Exercise description
Reproduce the listing verbatim through the line with "f 502 186 508".

Segment Open

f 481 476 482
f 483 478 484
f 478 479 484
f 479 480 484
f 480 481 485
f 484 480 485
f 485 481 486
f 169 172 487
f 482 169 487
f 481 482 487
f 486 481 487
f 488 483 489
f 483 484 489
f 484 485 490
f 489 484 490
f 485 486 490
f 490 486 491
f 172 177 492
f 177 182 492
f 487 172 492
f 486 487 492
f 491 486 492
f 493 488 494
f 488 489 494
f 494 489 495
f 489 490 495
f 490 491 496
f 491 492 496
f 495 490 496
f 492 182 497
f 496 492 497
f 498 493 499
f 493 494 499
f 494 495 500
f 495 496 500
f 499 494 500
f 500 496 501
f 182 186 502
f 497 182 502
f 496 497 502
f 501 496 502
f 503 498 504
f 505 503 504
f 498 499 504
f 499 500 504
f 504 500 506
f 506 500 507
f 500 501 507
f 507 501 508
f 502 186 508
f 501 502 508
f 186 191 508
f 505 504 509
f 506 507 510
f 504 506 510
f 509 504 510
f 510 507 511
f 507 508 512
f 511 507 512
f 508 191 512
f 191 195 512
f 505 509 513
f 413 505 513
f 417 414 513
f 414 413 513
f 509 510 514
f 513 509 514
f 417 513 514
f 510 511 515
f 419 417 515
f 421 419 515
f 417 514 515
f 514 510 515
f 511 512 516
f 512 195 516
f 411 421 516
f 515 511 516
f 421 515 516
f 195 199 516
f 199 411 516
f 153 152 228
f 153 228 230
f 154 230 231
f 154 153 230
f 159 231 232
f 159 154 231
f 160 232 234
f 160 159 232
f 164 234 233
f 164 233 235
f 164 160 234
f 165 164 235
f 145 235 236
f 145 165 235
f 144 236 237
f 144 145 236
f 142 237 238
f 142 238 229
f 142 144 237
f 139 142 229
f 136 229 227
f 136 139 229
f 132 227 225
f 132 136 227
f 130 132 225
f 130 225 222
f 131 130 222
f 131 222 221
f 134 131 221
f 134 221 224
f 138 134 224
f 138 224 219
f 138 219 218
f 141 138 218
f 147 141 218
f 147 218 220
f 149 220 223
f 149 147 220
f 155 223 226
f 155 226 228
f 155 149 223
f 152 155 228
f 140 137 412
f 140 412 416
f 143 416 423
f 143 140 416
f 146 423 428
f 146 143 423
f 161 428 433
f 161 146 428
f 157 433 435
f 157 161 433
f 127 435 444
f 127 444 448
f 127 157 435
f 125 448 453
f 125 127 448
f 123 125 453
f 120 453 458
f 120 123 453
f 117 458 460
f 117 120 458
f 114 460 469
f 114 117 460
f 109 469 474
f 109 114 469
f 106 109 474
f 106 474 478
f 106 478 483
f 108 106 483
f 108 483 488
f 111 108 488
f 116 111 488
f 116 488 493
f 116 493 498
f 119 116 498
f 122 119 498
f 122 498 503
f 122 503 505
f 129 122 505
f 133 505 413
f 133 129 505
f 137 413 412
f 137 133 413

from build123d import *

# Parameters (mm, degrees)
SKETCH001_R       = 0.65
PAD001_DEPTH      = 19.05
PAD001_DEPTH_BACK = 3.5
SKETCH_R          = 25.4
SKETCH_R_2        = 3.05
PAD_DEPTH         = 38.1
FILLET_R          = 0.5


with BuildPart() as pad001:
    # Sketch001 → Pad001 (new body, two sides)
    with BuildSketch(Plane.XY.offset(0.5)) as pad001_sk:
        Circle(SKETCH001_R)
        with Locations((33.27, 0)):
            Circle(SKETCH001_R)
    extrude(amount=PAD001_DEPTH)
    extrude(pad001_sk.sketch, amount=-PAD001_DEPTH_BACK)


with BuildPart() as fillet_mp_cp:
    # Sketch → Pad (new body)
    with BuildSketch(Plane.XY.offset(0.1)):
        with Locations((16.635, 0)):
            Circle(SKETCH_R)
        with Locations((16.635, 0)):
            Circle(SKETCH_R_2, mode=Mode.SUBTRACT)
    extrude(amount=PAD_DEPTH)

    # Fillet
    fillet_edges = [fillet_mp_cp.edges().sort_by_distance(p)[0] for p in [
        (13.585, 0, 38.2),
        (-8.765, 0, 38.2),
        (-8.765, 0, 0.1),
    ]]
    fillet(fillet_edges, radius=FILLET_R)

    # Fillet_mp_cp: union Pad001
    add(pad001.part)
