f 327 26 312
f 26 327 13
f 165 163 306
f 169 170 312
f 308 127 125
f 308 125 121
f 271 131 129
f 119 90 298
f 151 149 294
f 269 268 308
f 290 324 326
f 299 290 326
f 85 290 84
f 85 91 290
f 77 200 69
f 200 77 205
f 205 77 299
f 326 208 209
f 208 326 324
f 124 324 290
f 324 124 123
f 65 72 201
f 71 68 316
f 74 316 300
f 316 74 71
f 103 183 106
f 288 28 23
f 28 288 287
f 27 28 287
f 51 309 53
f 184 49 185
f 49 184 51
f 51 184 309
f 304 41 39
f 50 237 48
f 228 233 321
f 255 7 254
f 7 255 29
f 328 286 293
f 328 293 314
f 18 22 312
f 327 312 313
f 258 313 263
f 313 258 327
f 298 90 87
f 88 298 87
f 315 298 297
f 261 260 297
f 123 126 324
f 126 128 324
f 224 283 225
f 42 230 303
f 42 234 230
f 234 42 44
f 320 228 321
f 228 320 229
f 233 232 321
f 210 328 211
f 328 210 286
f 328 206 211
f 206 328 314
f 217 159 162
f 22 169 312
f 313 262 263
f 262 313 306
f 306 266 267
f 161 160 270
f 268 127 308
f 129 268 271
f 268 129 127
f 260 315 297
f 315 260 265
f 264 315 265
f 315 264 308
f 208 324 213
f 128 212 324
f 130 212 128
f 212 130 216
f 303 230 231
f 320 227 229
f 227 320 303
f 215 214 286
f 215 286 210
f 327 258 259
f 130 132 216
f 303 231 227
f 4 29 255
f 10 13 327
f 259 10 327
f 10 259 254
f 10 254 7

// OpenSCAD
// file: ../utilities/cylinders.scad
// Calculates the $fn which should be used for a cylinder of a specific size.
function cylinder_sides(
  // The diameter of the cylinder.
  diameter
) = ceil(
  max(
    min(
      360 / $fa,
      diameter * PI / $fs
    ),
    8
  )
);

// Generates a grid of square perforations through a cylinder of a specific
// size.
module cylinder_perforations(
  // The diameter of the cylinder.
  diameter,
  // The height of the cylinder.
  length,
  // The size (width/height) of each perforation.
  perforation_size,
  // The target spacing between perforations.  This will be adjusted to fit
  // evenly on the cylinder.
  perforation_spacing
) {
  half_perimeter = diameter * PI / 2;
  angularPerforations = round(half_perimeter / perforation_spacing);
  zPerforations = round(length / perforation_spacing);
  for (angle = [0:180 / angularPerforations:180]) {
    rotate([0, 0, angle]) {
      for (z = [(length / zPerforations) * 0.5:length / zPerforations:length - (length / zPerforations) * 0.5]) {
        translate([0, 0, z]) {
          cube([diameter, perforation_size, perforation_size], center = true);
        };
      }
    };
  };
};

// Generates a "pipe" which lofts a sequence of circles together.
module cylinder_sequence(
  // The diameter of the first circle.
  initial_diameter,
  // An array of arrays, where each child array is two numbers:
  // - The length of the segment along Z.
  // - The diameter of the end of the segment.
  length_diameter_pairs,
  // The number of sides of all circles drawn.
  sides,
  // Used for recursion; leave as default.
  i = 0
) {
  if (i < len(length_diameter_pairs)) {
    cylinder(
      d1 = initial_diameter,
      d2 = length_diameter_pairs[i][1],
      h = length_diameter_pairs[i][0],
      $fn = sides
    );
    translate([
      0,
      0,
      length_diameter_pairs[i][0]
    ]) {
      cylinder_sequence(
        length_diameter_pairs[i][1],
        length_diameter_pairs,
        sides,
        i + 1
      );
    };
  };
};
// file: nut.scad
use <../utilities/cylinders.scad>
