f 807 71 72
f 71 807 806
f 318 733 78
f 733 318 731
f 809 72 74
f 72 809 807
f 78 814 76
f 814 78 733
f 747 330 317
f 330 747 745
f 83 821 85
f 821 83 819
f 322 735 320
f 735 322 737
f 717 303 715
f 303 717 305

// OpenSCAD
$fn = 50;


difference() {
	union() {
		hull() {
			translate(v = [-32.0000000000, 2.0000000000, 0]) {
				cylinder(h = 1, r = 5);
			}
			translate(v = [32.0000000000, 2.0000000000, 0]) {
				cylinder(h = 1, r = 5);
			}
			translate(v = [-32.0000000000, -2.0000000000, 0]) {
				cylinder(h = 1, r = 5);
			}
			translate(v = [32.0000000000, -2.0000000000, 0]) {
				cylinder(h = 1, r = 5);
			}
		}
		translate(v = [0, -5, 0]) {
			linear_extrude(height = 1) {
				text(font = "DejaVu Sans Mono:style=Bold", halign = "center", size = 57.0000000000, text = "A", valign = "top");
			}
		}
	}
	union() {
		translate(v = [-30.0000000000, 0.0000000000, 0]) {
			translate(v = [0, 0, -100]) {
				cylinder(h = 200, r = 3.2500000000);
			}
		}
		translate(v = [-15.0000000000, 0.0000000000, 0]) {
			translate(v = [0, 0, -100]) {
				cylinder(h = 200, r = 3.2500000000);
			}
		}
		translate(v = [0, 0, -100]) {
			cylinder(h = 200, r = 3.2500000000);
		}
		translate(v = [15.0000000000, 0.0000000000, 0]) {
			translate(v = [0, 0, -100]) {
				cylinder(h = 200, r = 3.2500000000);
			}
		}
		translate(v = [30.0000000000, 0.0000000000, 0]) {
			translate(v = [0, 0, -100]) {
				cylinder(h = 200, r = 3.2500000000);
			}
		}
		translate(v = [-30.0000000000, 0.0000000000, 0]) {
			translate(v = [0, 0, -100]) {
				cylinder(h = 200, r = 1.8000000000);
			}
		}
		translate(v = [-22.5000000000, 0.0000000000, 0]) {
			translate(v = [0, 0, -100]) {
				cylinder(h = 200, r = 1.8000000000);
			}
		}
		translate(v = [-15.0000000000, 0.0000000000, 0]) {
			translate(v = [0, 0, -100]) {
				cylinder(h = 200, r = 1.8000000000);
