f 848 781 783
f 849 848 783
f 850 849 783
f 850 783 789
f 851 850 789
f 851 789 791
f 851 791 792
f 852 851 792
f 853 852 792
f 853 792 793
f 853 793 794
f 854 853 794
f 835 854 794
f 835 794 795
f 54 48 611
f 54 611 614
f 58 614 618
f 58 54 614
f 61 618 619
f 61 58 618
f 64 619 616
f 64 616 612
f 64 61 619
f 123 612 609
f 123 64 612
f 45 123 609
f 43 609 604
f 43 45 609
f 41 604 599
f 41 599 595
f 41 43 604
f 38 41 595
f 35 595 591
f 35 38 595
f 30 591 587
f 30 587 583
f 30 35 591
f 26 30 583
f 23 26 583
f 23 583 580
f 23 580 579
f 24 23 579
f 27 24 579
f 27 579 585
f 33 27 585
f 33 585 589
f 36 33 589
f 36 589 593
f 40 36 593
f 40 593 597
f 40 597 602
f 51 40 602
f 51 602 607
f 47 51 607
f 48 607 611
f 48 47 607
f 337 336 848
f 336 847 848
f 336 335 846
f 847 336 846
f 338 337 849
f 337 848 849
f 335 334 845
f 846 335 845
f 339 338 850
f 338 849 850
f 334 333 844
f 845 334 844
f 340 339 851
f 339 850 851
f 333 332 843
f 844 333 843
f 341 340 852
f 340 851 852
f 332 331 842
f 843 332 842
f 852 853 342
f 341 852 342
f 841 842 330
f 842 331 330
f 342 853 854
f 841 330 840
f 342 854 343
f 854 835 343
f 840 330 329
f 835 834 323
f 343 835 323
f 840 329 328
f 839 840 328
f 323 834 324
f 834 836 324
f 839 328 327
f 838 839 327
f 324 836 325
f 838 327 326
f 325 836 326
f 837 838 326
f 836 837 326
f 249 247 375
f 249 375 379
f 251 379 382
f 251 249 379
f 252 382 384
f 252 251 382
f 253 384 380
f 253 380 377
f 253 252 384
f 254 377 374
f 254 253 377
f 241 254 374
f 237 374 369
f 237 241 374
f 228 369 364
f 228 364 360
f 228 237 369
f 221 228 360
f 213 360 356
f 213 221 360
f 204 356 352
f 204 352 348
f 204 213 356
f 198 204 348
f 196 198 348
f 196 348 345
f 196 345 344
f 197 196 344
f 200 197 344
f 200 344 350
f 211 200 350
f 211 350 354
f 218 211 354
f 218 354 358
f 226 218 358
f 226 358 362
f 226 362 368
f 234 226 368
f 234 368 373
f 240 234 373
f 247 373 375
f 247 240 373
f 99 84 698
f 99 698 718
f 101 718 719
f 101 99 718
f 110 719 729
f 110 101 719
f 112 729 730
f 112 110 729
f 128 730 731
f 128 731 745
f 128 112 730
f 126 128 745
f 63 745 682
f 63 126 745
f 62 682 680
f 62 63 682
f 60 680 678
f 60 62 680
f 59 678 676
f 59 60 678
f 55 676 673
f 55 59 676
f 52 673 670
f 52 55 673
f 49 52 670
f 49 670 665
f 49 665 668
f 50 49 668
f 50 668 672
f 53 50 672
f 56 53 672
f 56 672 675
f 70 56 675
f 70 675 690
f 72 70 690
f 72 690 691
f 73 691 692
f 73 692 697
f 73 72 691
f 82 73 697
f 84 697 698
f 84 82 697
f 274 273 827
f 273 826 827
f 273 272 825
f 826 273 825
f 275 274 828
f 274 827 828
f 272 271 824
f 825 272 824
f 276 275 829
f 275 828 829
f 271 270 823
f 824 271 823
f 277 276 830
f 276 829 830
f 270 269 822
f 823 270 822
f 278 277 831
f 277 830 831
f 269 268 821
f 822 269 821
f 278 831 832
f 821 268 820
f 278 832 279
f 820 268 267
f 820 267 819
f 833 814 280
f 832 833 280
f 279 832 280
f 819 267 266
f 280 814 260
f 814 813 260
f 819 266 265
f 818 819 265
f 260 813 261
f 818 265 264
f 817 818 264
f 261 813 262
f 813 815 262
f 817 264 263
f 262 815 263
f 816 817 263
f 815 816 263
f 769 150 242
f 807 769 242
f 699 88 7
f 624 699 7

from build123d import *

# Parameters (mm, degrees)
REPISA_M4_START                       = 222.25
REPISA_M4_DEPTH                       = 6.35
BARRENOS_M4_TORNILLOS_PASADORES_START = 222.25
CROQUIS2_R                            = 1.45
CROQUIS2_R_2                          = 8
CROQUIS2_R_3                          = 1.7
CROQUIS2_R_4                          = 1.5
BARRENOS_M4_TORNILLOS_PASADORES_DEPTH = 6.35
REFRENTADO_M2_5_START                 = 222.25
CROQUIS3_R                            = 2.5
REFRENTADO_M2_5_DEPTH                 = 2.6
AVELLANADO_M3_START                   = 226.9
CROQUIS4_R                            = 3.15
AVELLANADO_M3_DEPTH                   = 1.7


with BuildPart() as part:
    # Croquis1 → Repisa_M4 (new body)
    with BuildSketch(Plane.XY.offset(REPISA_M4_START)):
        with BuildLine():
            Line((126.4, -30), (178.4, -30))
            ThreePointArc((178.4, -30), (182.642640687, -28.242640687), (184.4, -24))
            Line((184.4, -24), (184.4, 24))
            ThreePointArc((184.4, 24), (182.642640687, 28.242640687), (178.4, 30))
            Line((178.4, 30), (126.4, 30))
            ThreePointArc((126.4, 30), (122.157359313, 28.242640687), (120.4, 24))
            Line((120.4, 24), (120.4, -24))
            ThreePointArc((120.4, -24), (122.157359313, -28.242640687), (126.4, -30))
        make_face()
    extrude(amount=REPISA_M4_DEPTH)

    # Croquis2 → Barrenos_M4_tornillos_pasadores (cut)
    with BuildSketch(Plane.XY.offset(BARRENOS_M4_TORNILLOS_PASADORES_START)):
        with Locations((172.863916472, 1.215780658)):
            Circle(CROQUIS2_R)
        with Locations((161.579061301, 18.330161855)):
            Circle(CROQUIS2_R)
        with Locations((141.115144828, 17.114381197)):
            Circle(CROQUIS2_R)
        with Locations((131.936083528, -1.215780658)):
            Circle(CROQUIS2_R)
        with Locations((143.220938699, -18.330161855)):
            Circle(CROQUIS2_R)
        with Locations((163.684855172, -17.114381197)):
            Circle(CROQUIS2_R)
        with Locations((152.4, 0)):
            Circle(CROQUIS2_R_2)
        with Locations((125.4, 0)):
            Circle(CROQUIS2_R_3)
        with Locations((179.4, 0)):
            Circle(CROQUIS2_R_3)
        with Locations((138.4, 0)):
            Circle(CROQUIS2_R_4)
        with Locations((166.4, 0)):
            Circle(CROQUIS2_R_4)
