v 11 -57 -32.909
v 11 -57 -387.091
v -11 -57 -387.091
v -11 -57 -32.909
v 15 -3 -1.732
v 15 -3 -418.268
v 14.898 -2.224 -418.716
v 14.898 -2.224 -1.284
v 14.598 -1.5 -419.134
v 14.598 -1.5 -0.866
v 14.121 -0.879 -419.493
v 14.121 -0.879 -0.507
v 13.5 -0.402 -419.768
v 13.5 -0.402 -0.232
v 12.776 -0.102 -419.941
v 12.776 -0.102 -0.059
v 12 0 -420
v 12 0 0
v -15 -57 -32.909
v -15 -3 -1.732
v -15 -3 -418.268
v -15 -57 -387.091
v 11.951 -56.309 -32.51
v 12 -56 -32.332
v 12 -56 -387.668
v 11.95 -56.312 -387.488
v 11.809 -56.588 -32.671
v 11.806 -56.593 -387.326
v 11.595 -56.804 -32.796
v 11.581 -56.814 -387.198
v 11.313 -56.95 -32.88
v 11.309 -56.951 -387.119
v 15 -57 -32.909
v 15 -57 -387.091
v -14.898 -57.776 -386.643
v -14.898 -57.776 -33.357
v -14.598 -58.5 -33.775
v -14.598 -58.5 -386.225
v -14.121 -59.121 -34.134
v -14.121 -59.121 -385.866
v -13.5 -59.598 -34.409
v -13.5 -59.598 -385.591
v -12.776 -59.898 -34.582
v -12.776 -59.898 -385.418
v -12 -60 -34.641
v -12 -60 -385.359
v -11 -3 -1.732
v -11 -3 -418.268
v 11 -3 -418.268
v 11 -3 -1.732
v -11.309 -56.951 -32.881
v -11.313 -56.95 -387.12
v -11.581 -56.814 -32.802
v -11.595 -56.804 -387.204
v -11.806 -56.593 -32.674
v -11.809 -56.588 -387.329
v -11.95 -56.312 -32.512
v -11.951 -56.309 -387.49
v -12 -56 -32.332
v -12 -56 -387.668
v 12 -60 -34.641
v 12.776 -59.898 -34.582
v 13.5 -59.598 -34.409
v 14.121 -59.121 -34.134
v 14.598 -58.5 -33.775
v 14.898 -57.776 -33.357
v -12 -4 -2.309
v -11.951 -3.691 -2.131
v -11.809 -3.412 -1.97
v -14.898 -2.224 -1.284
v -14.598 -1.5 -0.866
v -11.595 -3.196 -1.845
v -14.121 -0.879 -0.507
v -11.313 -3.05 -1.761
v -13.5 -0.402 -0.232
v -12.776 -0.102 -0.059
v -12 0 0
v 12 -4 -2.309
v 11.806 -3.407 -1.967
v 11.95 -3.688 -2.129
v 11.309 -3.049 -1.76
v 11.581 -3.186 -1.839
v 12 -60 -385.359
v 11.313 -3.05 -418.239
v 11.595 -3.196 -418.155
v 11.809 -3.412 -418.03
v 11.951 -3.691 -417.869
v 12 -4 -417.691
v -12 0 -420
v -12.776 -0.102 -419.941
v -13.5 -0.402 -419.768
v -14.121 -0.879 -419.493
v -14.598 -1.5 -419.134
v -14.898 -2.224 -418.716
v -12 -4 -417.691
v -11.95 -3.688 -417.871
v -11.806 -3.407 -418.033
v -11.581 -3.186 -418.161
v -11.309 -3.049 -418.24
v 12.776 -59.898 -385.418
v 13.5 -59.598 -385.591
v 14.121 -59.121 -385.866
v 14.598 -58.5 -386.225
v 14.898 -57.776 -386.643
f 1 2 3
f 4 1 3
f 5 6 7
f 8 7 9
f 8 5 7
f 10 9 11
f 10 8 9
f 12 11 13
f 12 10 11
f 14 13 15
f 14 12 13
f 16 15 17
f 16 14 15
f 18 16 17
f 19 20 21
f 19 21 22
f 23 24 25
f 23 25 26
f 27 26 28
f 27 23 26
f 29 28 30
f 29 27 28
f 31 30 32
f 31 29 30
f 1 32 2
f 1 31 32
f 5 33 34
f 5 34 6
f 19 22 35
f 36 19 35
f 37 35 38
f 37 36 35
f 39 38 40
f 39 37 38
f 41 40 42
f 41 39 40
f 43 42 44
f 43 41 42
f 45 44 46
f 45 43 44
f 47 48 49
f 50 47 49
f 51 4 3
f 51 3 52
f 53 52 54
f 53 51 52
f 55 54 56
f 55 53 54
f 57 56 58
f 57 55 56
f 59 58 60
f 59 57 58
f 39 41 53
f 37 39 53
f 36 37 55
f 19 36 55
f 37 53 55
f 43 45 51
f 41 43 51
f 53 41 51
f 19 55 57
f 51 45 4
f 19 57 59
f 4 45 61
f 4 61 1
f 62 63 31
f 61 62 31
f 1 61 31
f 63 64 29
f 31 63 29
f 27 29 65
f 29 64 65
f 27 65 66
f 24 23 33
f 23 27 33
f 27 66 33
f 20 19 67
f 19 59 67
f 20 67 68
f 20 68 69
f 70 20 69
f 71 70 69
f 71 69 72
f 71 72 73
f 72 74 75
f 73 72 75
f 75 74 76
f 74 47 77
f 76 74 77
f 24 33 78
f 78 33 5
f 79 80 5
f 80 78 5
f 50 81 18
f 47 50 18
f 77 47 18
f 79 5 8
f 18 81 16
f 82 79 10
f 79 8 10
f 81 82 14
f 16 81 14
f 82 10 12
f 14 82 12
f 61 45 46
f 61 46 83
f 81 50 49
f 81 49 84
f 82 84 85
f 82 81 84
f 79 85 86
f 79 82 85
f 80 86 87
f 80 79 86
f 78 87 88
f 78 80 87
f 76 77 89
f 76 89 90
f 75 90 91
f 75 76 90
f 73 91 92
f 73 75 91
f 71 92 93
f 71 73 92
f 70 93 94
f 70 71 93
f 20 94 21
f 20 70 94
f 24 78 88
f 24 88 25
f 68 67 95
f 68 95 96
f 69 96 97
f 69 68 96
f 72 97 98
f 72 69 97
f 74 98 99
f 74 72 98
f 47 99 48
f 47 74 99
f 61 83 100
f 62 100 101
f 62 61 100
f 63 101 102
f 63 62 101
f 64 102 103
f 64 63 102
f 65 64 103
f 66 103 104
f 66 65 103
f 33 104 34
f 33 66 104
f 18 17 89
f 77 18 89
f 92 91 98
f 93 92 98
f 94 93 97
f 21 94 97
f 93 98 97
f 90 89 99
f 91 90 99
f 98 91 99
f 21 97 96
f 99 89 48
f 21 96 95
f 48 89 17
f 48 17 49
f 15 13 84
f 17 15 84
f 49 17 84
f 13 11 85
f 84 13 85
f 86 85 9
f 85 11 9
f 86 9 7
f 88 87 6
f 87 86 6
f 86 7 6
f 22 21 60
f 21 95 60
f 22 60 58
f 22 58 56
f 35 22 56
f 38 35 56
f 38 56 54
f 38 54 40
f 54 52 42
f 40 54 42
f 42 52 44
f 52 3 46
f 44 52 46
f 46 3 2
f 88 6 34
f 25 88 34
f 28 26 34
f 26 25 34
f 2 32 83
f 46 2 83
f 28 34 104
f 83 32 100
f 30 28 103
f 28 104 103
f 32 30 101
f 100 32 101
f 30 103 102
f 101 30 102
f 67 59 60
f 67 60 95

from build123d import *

# Parameters (mm, degrees)
DODANIE_WYCI_GNI_CIE1_DEPTH = 420
WYTNIJ_WYCI_GNI_CIE1_REACH  = 427.323


with BuildPart() as part:
    # Szkic1 → Dodanie-wyciągnięcie1 (new body)
    with BuildSketch(Plane.XY):
        with BuildLine():
            Line((-12, -60), (12, -60))
            ThreePointArc((12, -60), (14.121320344, -59.121320344), (15, -57))
            Line((15, -57), (15, -3))
            ThreePointArc((15, -3), (14.121320344, -0.878679656), (12, 0))
            Line((12, 0), (-12, 0))
            ThreePointArc((-12, 0), (-14.121320344, -0.878679656), (-15, -3))
            Line((-15, -3), (-15, -57))
            ThreePointArc((-15, -57), (-14.121320344, -59.121320344), (-12, -60))
        make_face()
        with BuildLine():
            Line((-11, -3), (11, -3))
            ThreePointArc((11, -3), (11.707106781, -3.292893219), (12, -4))
            Line((12, -4), (12, -56))
            ThreePointArc((12, -56), (11.707106781, -56.707106781), (11, -57))
            Line((11, -57), (-11, -57))
            ThreePointArc((-11, -57), (-11.707106781, -56.707106781), (-12, -56))
            Line((-12, -56), (-12, -4))
            ThreePointArc((-12, -4), (-11.707106781, -3.292893219), (-11, -3))
        make_face(mode=Mode.SUBTRACT)
    extrude(amount=-DODANIE_WYCI_GNI_CIE1_DEPTH)

    # Wytnij-wyciągnięcie1: up to this face of the body (flat: up to its plane)
    wytnij_wyci_gni_cie1_end = Plane(part.part.faces().sort_by_distance((-15, -30, -210))[0])
    # Szkic2 → Wytnij-wyciągnięcie1 (cut, up to the picked face)
    with BuildSketch(Plane(origin=(15, 0, 0), x_dir=(0, 0, -1), z_dir=(1, 0, 0)), mode=Mode.PRIVATE) as wytnij_wyci_gni_cie1_sk1:
        Polygon((0, -60), (34.641016151, -60), (0, 0), align=None)
    wytnij_wyci_gni_cie1_tool1 = split(extrude(wytnij_wyci_gni_cie1_sk1.sketch, amount=-WYTNIJ_WYCI_GNI_CIE1_REACH, mode=Mode.PRIVATE), bisect_by=wytnij_wyci_gni_cie1_end, keep=Keep.BOTH, mode=Mode.PRIVATE)
    # Szkic2 → Wytnij-wyciągnięcie1 (cut, up to the picked face)
    with BuildSketch(Plane(origin=(15, 0, 0), x_dir=(0, 0, -1), z_dir=(1, 0, 0)), mode=Mode.PRIVATE) as wytnij_wyci_gni_cie1_sk2:
        Polygon((420, -60), (420, 0), (385.358983849, -60), align=None)
    wytnij_wyci_gni_cie1_tool2 = split(extrude(wytnij_wyci_gni_cie1_sk2.sketch, amount=-WYTNIJ_WYCI_GNI_CIE1_REACH, mode=Mode.PRIVATE), bisect_by=wytnij_wyci_gni_cie1_end, keep=Keep.BOTH, mode=Mode.PRIVATE)
    add(wytnij_wyci_gni_cie1_tool1.solids().sort_by(Axis((15, -40, -11.547005), (-1, 0, 0)))[0], mode=Mode.SUBTRACT)
    add(wytnij_wyci_gni_cie1_tool2.solids().sort_by(Axis((15, -40, -408.452995), (-1, 0, 0)))[0], mode=Mode.SUBTRACT)


solid = part.part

Segment Closed

Output
f 481 476 482
f 483 478 484
f 478 479 484
f 479 480 484
f 480 481 485
f 484 480 485
f 485 481 486
f 169 172 487
f 482 169 487
f 481 482 487
f 486 481 487
f 488 483 489
f 483 484 489
f 484 485 490
f 489 484 490
f 485 486 490
f 490 486 491
f 172 177 492
f 177 182 492
f 487 172 492
f 486 487 492
f 491 486 492
f 493 488 494
f 488 489 494
f 494 489 495
f 489 490 495
f 490 491 496
f 491 492 496
f 495 490 496
f 492 182 497
f 496 492 497
f 498 493 499
f 493 494 499
f 494 495 500
f 495 496 500
f 499 494 500
f 500 496 501
f 182 186 502
f 497 182 502
f 496 497 502
f 501 496 502
f 503 498 504
f 505 503 504
f 498 499 504
f 499 500 504
f 504 500 506
f 506 500 507
f 500 501 507
f 507 501 508
f 502 186 508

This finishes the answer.